(Records for processing)
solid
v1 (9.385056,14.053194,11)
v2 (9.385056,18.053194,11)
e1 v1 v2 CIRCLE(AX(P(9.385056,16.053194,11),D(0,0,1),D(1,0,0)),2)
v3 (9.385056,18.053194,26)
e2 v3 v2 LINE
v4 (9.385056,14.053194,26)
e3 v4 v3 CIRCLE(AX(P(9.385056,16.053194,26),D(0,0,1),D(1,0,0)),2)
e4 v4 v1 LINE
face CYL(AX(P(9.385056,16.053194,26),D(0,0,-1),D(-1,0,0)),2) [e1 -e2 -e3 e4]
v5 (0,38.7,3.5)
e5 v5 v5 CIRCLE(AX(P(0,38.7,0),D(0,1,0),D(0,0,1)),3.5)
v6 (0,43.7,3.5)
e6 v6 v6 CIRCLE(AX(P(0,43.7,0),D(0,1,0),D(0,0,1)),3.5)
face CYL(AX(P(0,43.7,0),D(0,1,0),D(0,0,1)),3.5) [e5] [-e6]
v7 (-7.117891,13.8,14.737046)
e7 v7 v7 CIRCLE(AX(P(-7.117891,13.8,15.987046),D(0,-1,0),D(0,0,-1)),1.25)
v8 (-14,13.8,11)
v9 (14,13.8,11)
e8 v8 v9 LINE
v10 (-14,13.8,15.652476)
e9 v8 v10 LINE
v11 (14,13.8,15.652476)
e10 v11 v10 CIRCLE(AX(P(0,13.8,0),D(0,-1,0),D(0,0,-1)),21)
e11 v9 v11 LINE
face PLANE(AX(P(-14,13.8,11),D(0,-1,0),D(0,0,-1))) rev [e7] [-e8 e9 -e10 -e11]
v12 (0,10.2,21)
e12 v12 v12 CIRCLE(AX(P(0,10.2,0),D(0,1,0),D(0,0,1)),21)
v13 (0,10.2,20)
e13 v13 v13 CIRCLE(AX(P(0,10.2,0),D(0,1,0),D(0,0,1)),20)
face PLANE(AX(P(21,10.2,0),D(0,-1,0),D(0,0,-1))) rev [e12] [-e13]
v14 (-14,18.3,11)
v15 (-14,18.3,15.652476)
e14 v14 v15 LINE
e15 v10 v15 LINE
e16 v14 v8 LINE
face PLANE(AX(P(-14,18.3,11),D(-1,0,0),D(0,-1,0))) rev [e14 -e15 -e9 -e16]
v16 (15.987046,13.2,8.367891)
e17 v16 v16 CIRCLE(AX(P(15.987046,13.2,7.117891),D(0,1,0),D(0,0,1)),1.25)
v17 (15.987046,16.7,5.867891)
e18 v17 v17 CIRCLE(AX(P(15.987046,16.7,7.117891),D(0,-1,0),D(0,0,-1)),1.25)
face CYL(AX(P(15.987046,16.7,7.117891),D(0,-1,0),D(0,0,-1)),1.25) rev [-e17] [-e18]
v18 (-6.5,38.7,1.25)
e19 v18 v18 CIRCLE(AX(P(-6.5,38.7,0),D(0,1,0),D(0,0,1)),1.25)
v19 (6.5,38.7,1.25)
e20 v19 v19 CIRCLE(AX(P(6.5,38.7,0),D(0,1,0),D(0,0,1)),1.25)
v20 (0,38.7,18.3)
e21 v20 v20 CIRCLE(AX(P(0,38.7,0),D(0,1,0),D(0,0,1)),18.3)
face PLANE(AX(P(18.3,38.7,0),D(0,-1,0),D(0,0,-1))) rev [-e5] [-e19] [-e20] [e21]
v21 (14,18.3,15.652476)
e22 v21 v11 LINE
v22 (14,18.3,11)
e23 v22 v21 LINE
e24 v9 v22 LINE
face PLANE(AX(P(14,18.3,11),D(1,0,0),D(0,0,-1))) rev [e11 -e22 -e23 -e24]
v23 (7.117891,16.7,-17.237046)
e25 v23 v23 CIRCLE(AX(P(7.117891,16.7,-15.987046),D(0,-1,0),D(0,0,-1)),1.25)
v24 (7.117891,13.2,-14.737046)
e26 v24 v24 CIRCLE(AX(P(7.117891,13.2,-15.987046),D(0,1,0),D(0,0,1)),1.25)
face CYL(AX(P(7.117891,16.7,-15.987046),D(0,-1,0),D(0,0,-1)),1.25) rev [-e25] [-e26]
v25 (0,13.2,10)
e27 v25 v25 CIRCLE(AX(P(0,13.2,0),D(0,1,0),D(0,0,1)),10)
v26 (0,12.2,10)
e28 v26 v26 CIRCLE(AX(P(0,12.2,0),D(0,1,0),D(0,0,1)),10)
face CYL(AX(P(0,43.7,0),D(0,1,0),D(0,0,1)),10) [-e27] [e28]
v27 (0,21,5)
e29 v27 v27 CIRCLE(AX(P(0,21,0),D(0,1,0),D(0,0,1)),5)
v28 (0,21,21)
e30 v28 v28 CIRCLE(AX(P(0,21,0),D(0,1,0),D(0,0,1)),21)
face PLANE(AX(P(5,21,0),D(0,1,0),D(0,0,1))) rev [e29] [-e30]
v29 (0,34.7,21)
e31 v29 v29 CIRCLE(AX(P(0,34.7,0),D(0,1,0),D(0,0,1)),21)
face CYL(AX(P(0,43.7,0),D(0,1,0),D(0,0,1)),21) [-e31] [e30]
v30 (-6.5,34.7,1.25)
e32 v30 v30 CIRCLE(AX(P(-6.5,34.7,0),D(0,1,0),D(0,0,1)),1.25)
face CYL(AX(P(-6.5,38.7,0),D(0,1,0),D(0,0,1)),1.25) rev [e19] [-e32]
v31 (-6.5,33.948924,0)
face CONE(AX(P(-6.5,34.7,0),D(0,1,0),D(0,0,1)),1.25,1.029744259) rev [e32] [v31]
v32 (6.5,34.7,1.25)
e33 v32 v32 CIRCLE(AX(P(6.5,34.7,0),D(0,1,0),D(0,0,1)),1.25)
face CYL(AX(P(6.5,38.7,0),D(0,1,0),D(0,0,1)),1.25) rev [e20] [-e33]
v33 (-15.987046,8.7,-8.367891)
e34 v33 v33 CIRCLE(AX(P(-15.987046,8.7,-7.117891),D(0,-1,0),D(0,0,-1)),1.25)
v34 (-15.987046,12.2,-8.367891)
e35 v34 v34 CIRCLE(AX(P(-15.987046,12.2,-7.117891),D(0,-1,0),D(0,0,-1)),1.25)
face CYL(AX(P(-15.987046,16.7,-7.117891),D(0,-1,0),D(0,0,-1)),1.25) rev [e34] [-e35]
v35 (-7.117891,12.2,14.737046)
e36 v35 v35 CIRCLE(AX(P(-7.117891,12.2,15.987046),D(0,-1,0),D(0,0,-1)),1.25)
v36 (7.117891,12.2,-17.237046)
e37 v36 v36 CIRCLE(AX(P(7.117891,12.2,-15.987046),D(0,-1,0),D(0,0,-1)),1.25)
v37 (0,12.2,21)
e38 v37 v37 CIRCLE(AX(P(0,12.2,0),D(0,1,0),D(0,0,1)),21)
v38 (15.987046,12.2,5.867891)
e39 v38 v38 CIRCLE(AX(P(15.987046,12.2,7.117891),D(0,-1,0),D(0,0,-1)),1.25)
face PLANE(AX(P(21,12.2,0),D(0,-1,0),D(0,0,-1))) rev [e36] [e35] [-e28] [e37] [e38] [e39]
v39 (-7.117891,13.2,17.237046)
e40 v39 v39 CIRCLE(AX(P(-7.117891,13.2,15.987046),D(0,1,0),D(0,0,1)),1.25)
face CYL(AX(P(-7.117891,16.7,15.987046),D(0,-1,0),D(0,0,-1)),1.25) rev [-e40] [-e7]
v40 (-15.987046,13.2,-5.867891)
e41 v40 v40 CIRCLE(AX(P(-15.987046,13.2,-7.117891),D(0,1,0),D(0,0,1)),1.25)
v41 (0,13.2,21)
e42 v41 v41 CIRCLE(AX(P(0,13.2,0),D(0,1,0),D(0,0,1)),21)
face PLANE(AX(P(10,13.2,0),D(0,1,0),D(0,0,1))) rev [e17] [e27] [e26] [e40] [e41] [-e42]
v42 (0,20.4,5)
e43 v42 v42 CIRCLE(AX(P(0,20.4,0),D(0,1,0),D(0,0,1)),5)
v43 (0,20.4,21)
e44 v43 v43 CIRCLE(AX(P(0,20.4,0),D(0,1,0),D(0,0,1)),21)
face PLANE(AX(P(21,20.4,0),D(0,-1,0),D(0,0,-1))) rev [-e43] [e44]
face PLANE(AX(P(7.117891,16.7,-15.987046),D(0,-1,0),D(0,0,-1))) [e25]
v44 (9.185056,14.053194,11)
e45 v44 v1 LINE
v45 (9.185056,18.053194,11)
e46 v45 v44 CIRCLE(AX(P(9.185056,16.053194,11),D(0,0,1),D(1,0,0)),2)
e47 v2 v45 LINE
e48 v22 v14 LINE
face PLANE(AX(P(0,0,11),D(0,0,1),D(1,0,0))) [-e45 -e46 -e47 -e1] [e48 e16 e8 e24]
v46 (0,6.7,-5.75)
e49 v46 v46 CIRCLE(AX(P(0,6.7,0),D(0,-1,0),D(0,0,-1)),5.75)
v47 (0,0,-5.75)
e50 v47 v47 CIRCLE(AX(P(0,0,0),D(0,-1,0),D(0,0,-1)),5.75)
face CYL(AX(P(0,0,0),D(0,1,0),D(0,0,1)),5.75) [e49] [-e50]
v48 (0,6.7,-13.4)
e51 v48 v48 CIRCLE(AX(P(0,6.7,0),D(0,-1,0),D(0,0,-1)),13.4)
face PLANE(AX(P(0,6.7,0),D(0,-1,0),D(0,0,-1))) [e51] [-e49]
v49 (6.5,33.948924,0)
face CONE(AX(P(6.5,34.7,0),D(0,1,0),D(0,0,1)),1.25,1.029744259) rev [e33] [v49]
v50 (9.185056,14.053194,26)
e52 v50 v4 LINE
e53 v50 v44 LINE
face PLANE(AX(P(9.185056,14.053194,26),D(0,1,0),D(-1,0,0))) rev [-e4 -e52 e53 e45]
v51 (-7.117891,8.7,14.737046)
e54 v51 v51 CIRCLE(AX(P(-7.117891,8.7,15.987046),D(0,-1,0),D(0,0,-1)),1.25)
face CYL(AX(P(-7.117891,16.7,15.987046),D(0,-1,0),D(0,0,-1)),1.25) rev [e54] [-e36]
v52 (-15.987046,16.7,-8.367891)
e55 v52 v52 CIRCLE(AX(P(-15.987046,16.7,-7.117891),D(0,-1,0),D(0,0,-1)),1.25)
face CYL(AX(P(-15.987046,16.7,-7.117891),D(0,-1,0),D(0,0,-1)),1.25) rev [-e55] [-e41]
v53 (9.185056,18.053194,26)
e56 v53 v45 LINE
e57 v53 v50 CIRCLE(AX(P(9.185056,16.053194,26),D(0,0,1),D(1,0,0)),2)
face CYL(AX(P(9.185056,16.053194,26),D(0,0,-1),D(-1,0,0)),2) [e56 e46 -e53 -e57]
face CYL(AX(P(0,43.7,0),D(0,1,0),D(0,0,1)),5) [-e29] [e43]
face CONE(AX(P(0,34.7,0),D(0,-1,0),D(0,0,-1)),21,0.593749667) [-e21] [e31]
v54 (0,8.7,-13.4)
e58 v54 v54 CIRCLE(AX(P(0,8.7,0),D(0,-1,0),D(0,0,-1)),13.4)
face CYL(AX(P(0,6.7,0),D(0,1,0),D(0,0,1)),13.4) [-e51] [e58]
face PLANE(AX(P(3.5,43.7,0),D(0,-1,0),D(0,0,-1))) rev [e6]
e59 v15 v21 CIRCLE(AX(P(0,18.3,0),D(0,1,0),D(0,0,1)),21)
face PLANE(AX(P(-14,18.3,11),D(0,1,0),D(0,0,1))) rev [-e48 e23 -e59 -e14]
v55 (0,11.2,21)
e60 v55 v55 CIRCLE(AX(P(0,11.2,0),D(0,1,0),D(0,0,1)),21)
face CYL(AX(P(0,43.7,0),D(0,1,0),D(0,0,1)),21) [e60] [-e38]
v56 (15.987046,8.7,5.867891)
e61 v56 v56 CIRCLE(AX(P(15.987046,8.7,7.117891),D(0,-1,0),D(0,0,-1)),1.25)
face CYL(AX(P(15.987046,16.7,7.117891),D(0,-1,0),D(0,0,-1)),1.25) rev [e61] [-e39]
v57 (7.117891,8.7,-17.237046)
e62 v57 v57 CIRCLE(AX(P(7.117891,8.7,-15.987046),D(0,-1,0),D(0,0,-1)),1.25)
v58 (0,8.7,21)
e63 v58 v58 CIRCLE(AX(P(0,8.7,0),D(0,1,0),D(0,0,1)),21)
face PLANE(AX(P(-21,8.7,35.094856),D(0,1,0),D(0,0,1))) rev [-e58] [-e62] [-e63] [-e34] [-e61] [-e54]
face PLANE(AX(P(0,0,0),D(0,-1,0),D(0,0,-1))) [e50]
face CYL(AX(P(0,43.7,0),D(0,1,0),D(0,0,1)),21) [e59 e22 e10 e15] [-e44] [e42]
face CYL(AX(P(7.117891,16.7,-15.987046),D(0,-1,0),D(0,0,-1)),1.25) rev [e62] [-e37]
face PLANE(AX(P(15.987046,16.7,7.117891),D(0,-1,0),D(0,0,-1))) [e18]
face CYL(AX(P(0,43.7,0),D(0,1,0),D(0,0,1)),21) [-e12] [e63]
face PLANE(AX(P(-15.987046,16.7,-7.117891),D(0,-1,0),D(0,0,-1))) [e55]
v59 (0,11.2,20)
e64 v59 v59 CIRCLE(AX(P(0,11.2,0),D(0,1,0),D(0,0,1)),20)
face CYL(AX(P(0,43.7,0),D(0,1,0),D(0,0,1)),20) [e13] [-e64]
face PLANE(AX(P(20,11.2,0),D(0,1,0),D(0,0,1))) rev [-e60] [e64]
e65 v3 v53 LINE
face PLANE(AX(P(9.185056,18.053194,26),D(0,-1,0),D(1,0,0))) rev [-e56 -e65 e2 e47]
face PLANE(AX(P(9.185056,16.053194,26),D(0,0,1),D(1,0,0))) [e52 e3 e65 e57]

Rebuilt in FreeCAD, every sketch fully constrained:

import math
import FreeCAD as App
import Part
import Sketcher

V = App.Vector
Q = App.Units.Quantity

doc = App.newDocument("Part")
body = doc.addObject("PartDesign::Body", "Body")

# Sketch on XY plane
sketch1 = body.newObject("Sketcher::SketchObject", "Sketch")
sketch1.AttachmentSupport = (doc.getObject("XY_Plane"), [""])
sketch1.MapMode = "FlatFace"
sketch1.addGeometry(Part.LineSegment(V(0, 0, 0), V(4.1, 0, 0)), False)
sketch1.addGeometry(Part.LineSegment(V(4.1, 0, 0), V(4.1, 6.7, 0)), False)
sketch1.addGeometry(Part.LineSegment(V(4.1, 6.7, 0), V(13.4, 6.7, 0)), False)
sketch1.addGeometry(Part.LineSegment(V(13.4, 6.7, 0), V(13.4, 8.7, 0)), False)
sketch1.addGeometry(Part.LineSegment(V(13.4, 8.7, 0), V(21, 8.7, 0)), False)
sketch1.addGeometry(Part.LineSegment(V(21, 8.7, 0), V(21, 10.2, 0)), False)
sketch1.addGeometry(Part.LineSegment(V(21, 10.2, 0), V(20, 10.2, 0)), False)
sketch1.addGeometry(Part.LineSegment(V(20, 10.2, 0), V(20, 11.2, 0)), False)
sketch1.addGeometry(Part.LineSegment(V(20, 11.2, 0), V(21, 11.2, 0)), False)
sketch1.addGeometry(Part.LineSegment(V(21, 11.2, 0), V(21, 12.2, 0)), False)
sketch1.addGeometry(Part.LineSegment(V(21, 12.2, 0), V(10, 12.2, 0)), False)
sketch1.addGeometry(Part.LineSegment(V(10, 12.2, 0), V(10, 13.2, 0)), False)
sketch1.addGeometry(Part.LineSegment(V(10, 13.2, 0), V(21, 13.2, 0)), False)
sketch1.addGeometry(Part.LineSegment(V(21, 13.2, 0), V(21, 20.4, 0)), False)
sketch1.addGeometry(Part.LineSegment(V(21, 20.4, 0), V(5, 20.4, 0)), False)
sketch1.addGeometry(Part.LineSegment(V(5, 20.4, 0), V(5, 21, 0)), False)
sketch1.addGeometry(Part.LineSegment(V(5, 21, 0), V(21, 21, 0)), False)
sketch1.addGeometry(Part.LineSegment(V(21, 21, 0), V(21, 34.7, 0)), False)
sketch1.addGeometry(Part.LineSegment(V(21, 34.7, 0), V(18.3, 38.7, 0)), False)
sketch1.addGeometry(Part.LineSegment(V(18.3, 38.7, 0), V(3.5, 38.7, 0)), False)
sketch1.addGeometry(Part.LineSegment(V(3.5, 38.7, 0), V(3.5, 43.7, 0)), False)
sketch1.addGeometry(Part.LineSegment(V(3.5, 43.7, 0), V(0, 43.7, 0)), False)
sketch1.addGeometry(Part.LineSegment(V(0, 43.7, 0), V(0, 0, 0)), False)
sketch1.addConstraint(Sketcher.Constraint("Coincident", 0, 2, 1, 1))
sketch1.addConstraint(Sketcher.Constraint("Coincident", 1, 2, 2, 1))
sketch1.addConstraint(Sketcher.Constraint("Coincident", 2, 2, 3, 1))
sketch1.addConstraint(Sketcher.Constraint("Coincident", 3, 2, 4, 1))
sketch1.addConstraint(Sketcher.Constraint("Coincident", 4, 2, 5, 1))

(Task details) Which lines should be output? Exactly those from the first line of the data through the line containing "e6 v6 v6 CIRCLE(AX(P(0,43.7,0),D(0,1,0),D(0,0,1)),3.5)", inclusive.

(Task response)
solid
v1 (9.385056,14.053194,11)
v2 (9.385056,18.053194,11)
e1 v1 v2 CIRCLE(AX(P(9.385056,16.053194,11),D(0,0,1),D(1,0,0)),2)
v3 (9.385056,18.053194,26)
e2 v3 v2 LINE
v4 (9.385056,14.053194,26)
e3 v4 v3 CIRCLE(AX(P(9.385056,16.053194,26),D(0,0,1),D(1,0,0)),2)
e4 v4 v1 LINE
face CYL(AX(P(9.385056,16.053194,26),D(0,0,-1),D(-1,0,0)),2) [e1 -e2 -e3 e4]
v5 (0,38.7,3.5)
e5 v5 v5 CIRCLE(AX(P(0,38.7,0),D(0,1,0),D(0,0,1)),3.5)
v6 (0,43.7,3.5)
e6 v6 v6 CIRCLE(AX(P(0,43.7,0),D(0,1,0),D(0,0,1)),3.5)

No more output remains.